= GIVEN ENTRIES =
┌────────

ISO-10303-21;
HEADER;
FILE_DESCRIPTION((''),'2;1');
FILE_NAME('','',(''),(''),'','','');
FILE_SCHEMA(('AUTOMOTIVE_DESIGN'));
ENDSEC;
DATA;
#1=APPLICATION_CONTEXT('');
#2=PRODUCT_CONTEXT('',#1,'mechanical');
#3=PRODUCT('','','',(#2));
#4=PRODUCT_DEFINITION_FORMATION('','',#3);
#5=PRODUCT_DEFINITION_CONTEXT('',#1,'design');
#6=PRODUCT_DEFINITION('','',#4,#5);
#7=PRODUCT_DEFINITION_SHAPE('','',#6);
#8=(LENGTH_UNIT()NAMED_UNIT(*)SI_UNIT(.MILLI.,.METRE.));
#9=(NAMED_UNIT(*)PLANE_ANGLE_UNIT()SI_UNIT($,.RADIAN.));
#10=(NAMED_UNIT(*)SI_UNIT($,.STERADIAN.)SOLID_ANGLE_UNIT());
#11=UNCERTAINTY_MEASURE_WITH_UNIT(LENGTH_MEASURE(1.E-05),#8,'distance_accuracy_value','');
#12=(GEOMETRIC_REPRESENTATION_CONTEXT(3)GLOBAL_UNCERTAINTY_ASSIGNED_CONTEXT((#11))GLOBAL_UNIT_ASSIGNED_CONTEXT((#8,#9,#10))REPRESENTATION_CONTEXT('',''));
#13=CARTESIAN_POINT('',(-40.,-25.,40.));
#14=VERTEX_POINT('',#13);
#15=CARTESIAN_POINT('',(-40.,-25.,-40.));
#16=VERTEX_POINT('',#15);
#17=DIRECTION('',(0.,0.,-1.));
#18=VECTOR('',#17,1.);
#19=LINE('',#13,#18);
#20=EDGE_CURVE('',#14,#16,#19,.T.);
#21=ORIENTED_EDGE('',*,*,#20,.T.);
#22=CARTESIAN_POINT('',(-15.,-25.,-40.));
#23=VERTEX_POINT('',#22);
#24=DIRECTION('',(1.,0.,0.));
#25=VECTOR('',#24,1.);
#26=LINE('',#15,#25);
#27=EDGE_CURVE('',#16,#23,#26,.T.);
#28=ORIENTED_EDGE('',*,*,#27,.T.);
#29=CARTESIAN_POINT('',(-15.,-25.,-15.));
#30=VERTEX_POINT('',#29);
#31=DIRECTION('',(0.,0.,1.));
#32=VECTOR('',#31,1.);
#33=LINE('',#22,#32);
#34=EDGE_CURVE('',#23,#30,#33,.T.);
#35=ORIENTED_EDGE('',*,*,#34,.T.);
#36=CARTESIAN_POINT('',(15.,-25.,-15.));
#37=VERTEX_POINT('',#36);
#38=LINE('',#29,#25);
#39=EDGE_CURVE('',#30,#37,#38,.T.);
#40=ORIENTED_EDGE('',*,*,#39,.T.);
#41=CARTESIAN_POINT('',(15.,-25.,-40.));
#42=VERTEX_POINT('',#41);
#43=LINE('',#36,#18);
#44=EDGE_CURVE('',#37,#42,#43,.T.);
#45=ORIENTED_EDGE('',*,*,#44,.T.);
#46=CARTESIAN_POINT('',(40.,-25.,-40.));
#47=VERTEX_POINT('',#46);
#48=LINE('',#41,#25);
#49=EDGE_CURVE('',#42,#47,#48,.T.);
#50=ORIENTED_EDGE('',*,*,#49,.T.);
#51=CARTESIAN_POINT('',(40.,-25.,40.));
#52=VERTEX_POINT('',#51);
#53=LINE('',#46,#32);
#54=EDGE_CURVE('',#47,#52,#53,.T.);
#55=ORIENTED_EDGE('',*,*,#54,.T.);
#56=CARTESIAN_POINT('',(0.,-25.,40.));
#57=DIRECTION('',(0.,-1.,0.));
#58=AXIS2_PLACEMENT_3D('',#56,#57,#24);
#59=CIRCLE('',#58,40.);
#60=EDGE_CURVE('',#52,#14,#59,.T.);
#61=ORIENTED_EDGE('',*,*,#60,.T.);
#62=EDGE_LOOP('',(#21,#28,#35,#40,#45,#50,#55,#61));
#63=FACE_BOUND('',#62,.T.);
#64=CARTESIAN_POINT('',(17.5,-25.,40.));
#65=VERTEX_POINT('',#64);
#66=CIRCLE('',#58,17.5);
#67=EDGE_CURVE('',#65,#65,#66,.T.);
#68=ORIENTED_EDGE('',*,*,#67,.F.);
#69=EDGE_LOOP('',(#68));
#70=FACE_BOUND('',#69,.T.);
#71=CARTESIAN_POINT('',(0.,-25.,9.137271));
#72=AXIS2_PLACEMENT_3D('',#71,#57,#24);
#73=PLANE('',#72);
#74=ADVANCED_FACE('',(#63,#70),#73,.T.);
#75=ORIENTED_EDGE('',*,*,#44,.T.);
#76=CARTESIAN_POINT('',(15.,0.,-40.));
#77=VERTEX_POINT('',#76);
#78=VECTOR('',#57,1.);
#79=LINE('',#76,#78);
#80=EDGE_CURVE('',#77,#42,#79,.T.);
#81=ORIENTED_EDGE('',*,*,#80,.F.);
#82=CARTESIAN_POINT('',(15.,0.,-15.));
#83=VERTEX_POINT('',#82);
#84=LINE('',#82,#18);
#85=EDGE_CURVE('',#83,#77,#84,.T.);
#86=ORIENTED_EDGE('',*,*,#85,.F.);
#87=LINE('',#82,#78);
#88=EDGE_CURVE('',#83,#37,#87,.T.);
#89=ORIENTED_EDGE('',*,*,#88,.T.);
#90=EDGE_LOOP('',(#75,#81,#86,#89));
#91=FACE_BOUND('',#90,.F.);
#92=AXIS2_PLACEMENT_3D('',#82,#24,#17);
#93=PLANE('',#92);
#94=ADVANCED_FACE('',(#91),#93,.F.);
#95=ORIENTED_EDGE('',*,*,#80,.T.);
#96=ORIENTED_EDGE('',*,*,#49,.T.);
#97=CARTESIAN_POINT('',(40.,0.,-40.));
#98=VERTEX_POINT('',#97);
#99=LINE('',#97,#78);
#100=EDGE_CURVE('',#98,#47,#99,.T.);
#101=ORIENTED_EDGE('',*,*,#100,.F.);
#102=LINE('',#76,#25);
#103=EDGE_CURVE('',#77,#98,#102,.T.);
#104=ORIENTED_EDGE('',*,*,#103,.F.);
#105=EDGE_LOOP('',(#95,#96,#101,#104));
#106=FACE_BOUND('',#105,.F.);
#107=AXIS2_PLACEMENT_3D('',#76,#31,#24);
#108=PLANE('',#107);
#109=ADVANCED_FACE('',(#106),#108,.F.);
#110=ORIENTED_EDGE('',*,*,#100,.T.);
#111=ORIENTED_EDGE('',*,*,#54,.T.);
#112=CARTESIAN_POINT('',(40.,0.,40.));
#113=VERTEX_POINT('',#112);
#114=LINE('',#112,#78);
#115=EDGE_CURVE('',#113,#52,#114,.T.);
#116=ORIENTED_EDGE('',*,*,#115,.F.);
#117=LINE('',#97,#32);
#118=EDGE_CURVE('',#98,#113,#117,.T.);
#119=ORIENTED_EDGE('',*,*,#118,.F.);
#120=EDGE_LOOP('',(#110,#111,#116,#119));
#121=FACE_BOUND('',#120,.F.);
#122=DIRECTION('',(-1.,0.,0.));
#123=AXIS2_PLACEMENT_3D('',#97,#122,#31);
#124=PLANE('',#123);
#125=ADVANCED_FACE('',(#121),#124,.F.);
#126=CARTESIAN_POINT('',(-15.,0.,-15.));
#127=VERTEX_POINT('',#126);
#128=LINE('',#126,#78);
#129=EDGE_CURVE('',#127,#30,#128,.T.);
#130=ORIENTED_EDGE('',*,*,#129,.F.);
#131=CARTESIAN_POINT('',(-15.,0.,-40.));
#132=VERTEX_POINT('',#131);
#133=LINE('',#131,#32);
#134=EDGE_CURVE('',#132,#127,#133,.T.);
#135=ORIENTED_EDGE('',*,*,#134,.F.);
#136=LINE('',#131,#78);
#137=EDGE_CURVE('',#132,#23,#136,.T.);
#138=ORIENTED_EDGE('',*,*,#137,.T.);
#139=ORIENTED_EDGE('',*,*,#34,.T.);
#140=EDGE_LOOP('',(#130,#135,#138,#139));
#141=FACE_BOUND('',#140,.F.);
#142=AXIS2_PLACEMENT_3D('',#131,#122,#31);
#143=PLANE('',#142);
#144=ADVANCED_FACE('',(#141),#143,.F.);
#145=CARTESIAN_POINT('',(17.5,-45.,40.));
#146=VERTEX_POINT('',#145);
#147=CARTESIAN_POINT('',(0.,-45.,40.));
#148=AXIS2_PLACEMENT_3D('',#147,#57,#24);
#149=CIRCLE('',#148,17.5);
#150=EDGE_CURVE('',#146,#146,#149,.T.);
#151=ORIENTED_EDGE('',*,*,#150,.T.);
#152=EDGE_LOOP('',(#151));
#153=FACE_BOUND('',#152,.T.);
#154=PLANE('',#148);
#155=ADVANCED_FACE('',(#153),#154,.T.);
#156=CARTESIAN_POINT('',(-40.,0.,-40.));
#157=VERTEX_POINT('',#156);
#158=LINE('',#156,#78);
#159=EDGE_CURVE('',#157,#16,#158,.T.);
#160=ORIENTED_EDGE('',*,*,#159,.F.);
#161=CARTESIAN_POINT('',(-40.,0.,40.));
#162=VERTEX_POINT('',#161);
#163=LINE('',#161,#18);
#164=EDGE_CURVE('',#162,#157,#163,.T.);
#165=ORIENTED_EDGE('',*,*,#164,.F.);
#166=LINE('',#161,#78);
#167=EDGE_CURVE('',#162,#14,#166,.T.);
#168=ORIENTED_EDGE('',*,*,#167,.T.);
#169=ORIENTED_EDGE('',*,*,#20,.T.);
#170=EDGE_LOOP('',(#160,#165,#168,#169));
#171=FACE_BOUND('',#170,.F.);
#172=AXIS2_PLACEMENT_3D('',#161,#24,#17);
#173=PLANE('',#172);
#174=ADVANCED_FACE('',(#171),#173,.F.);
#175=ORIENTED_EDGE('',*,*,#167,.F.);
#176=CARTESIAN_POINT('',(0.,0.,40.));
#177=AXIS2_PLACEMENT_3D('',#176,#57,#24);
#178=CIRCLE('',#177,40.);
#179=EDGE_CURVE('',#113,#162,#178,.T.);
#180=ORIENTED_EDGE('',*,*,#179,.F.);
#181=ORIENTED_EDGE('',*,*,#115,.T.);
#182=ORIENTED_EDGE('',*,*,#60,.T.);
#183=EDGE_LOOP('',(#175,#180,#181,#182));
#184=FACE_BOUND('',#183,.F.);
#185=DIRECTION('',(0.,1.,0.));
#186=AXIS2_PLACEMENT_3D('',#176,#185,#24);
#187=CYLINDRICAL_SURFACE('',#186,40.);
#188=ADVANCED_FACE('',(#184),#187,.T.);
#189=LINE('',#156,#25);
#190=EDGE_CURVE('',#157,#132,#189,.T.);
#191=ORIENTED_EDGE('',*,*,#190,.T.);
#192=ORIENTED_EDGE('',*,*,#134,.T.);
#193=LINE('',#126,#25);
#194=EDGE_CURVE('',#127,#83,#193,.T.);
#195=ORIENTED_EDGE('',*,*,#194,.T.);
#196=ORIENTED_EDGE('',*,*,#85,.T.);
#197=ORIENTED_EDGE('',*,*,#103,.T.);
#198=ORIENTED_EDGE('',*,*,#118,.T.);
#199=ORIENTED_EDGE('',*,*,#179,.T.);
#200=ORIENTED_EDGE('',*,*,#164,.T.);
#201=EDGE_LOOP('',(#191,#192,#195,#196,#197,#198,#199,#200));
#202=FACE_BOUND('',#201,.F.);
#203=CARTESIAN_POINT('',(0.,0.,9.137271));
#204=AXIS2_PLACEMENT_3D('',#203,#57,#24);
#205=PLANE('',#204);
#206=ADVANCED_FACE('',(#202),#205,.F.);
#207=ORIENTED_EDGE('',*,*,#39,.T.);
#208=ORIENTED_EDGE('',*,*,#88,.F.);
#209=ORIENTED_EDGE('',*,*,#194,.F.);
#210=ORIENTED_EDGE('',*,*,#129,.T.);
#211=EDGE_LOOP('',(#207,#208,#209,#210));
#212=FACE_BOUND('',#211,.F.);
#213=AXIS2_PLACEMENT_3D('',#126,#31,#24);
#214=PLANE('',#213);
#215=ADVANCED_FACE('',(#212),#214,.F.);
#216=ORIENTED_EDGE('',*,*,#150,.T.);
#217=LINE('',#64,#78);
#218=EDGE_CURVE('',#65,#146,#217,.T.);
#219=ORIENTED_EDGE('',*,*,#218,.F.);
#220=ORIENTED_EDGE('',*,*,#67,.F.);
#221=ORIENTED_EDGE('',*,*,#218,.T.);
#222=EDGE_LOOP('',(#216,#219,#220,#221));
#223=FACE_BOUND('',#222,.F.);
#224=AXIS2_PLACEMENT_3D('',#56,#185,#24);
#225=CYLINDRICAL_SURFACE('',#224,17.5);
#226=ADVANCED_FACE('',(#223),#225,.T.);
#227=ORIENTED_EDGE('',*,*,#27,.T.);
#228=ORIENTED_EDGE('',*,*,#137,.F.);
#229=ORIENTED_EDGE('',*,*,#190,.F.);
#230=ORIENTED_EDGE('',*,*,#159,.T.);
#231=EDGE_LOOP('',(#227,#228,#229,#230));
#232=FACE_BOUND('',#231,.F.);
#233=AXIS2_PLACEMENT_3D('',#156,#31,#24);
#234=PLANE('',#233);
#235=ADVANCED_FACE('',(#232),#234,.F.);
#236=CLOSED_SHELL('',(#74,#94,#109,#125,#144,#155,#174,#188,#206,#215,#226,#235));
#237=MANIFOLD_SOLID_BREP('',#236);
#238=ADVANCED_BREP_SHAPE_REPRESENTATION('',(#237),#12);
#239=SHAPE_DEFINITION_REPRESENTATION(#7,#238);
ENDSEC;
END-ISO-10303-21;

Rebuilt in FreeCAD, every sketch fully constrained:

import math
import FreeCAD as App
import Part
import Sketcher

V = App.Vector
Q = App.Units.Quantity

doc = App.newDocument("Part")
params = doc.addObject("Spreadsheet::Sheet", "Params")
for row, (alias, value) in enumerate([
    ("sketch1_radius", "40 mm"),
    ("sketch1_width", "25 mm"),
    ("sketch1_height", "80 mm"),
    ("pad1_length", "25 mm"),
    ("sketch2_diameter", "35 mm"),
    ("pad2_length", "20 mm"),
], start=1):
    params.set(f"A{row}", alias)
    params.set(f"B{row}", "=" + value)
    params.setAlias(f"B{row}", alias)

body = doc.addObject("PartDesign::Body", "Body")

sketch1 = doc.addObject("Sketcher::SketchObject", "Sketch")
body.addObject(sketch1)
sketch1.AttachmentSupport = (doc.XZ_Plane, [""])
sketch1.MapMode = "FlatFace"
sketch1.addGeometry([
    Part.LineSegment(V(15, -40, 0), V(40, -40, 0)),
    Part.LineSegment(V(40, -40, 0), V(40, 40, 0)),
    Part.ArcOfCircle(Part.Circle(V(0, 40, 0), V(0, 0, 1), 40), math.radians(0), math.radians(180)),
    Part.LineSegment(V(-40, 40, 0), V(-40, -40, 0)),
    Part.LineSegment(V(-40, -40, 0), V(-15, -40, 0)),
    Part.LineSegment(V(-15, -40, 0), V(-15, -15, 0)),
    Part.LineSegment(V(-15, -15, 0), V(15, -15, 0)),
    Part.LineSegment(V(15, -15, 0), V(15, -40, 0)),
], False)
sketch1.addConstraint([
    Sketcher.Constraint("Coincident", 0, 2, 1, 1),
    Sketcher.Constraint("Tangent", 1, 2, 2, 1),
    Sketcher.Constraint("Tangent", 2, 2, 3, 1),
    Sketcher.Constraint("Coincident", 3, 2, 4, 1),
    Sketcher.Constraint("Coincident", 4, 2, 5, 1),
    Sketcher.Constraint("Coincident", 5, 2, 6, 1),
    Sketcher.Constraint("Coincident", 6, 2, 7, 1),
    Sketcher.Constraint("Coincident", 7, 2, 0, 1),
    Sketcher.Constraint("Horizontal", 0),
    Sketcher.Constraint("Vertical", 1),
    Sketcher.Constraint("Vertical", 3),
    Sketcher.Constraint("Horizontal", 4),
    Sketcher.Constraint("Vertical", 5),
    Sketcher.Constraint("Horizontal", 6),
    Sketcher.Constraint("Vertical", 7),
    Sketcher.Constraint("Symmetric", 0, 2, 2, 2, -1, 1),
    Sketcher.Constraint("Symmetric", 4, 2, 7, 2, -2),
    Sketcher.Constraint("Equal", 4, 5),
    Sketcher.Constraint("Radius", 2, Q("40 mm")),
    Sketcher.Constraint("DistanceX", 0, 1, 0, 2, Q("25 mm")),
    Sketcher.Constraint("DistanceY", 1, 1, 1, 2, Q("80 mm")),
])
sketch1.setExpression("Constraints[18]", "Params.sketch1_radius")
sketch1.setExpression("Constraints[19]", "Params.sketch1_width")
sketch1.setExpression("Constraints[20]", "Params.sketch1_height")
pad1 = doc.addObject("PartDesign::Pad", "Pad")
body.addObject(pad1)
pad1.Profile = sketch1
pad1.setExpression("Length", "Params.pad1_length")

└────────

= BRIEF =
Beginning with the line containing "#43=LINE('',#36,#18);" in the material above, copy every line exactly until you have copied the line containing "#68=ORIENTED_EDGE('',*,*,#67,.F.);".

= ANSWER TO THE PROBLEM =
#43=LINE('',#36,#18);
#44=EDGE_CURVE('',#37,#42,#43,.T.);
#45=ORIENTED_EDGE('',*,*,#44,.T.);
#46=CARTESIAN_POINT('',(40.,-25.,-40.));
#47=VERTEX_POINT('',#46);
#48=LINE('',#41,#25);
#49=EDGE_CURVE('',#42,#47,#48,.T.);
#50=ORIENTED_EDGE('',*,*,#49,.T.);
#51=CARTESIAN_POINT('',(40.,-25.,40.));
#52=VERTEX_POINT('',#51);
#53=LINE('',#46,#32);
#54=EDGE_CURVE('',#47,#52,#53,.T.);
#55=ORIENTED_EDGE('',*,*,#54,.T.);
#56=CARTESIAN_POINT('',(0.,-25.,40.));
#57=DIRECTION('',(0.,-1.,0.));
#58=AXIS2_PLACEMENT_3D('',#56,#57,#24);
#59=CIRCLE('',#58,40.);
#60=EDGE_CURVE('',#52,#14,#59,.T.);
#61=ORIENTED_EDGE('',*,*,#60,.T.);
#62=EDGE_LOOP('',(#21,#28,#35,#40,#45,#50,#55,#61));
#63=FACE_BOUND('',#62,.T.);
#64=CARTESIAN_POINT('',(17.5,-25.,40.));
#65=VERTEX_POINT('',#64);
#66=CIRCLE('',#58,17.5);
#67=EDGE_CURVE('',#65,#65,#66,.T.);
#68=ORIENTED_EDGE('',*,*,#67,.F.);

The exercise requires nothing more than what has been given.